Stored items
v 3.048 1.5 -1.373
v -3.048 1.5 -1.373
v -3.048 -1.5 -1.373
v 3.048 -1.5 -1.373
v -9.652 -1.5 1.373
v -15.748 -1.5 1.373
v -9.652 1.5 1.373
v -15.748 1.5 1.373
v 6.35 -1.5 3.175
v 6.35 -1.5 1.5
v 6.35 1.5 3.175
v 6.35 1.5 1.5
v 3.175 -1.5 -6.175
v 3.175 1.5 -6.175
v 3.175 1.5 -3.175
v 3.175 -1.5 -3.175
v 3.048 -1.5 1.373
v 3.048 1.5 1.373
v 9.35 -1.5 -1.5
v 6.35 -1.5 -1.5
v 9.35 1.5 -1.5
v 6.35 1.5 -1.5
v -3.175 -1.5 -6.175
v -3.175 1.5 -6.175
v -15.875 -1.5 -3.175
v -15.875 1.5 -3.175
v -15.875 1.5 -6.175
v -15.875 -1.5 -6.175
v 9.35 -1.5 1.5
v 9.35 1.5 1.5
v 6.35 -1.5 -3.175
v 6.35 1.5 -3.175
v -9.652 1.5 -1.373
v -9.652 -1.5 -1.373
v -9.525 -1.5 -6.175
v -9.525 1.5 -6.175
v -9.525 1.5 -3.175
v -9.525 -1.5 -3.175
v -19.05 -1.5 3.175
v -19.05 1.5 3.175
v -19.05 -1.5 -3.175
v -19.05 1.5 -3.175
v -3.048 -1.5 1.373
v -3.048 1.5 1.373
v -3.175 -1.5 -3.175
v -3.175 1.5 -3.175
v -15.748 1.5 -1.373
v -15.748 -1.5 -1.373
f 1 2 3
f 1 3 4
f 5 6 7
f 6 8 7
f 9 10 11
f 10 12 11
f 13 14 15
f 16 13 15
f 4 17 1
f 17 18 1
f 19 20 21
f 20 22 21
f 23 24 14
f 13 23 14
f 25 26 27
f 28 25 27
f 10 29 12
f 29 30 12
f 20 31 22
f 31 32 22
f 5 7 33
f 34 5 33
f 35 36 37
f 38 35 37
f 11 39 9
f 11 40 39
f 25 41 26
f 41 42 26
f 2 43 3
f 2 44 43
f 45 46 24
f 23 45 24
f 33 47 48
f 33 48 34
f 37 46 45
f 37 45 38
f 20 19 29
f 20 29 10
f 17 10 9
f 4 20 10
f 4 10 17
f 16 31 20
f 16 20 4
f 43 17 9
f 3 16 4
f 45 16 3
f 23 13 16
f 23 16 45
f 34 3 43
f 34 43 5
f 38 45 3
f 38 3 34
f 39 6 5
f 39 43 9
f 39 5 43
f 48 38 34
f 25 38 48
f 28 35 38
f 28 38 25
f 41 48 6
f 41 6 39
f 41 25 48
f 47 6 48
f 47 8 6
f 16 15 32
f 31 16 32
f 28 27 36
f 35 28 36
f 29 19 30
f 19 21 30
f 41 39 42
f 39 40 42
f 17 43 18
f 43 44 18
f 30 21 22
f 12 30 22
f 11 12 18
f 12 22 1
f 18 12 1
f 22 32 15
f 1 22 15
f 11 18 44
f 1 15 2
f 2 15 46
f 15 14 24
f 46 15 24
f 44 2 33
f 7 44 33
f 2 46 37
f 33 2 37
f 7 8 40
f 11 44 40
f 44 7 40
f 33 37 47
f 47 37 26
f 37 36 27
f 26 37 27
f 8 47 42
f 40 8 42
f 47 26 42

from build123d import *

# Parameters (mm, degrees)
SKETCH1_W           = 6.096
SKETCH1_H           = 2.745994
BOSS_EXTRUDE1_DEPTH = 1.5


with BuildPart() as part:
    # Sketch1 → Boss-Extrude1 (new, symmetric)
    with BuildSketch(Plane(origin=(0, 0, 0), x_dir=(1, 0, 0), z_dir=(0, 1, 0))):
        Polygon((3.175, 3.175), (6.35, 3.175), (6.35, 1.5), (9.35, 1.5), (9.35, -1.5), (6.35, -1.5), (6.35, -3.175), (-6.35, -3.175), (-19.05, -3.175), (-19.05, 3.175), (-15.875, 3.175), (-15.875, 6.175), (-9.525, 6.175), (-9.525, 3.175), (-6.35, 3.175), (-3.175, 3.175), (-3.175, 6.175), (3.175, 6.175), align=None)
        Rectangle(SKETCH1_W, SKETCH1_H, mode=Mode.SUBTRACT)
        with Locations((-12.7, 0)):
            Rectangle(SKETCH1_W, SKETCH1_H, mode=Mode.SUBTRACT)
    extrude(amount=BOSS_EXTRUDE1_DEPTH, both=True)


solid = part.part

> _Required action_
Retype only this range exactly: the first line of the data through the line where "v 6.35 -1.5 -3.175" appears.

> _Task solution_
v 3.048 1.5 -1.373
v -3.048 1.5 -1.373
v -3.048 -1.5 -1.373
v 3.048 -1.5 -1.373
v -9.652 -1.5 1.373
v -15.748 -1.5 1.373
v -9.652 1.5 1.373
v -15.748 1.5 1.373
v 6.35 -1.5 3.175
v 6.35 -1.5 1.5
v 6.35 1.5 3.175
v 6.35 1.5 1.5
v 3.175 -1.5 -6.175
v 3.175 1.5 -6.175
v 3.175 1.5 -3.175
v 3.175 -1.5 -3.175
v 3.048 -1.5 1.373
v 3.048 1.5 1.373
v 9.35 -1.5 -1.5
v 6.35 -1.5 -1.5
v 9.35 1.5 -1.5
v 6.35 1.5 -1.5
v -3.175 -1.5 -6.175
v -3.175 1.5 -6.175
v -15.875 -1.5 -3.175
v -15.875 1.5 -3.175
v -15.875 1.5 -6.175
v -15.875 -1.5 -6.175
v 9.35 -1.5 1.5
v 9.35 1.5 1.5
v 6.35 -1.5 -3.175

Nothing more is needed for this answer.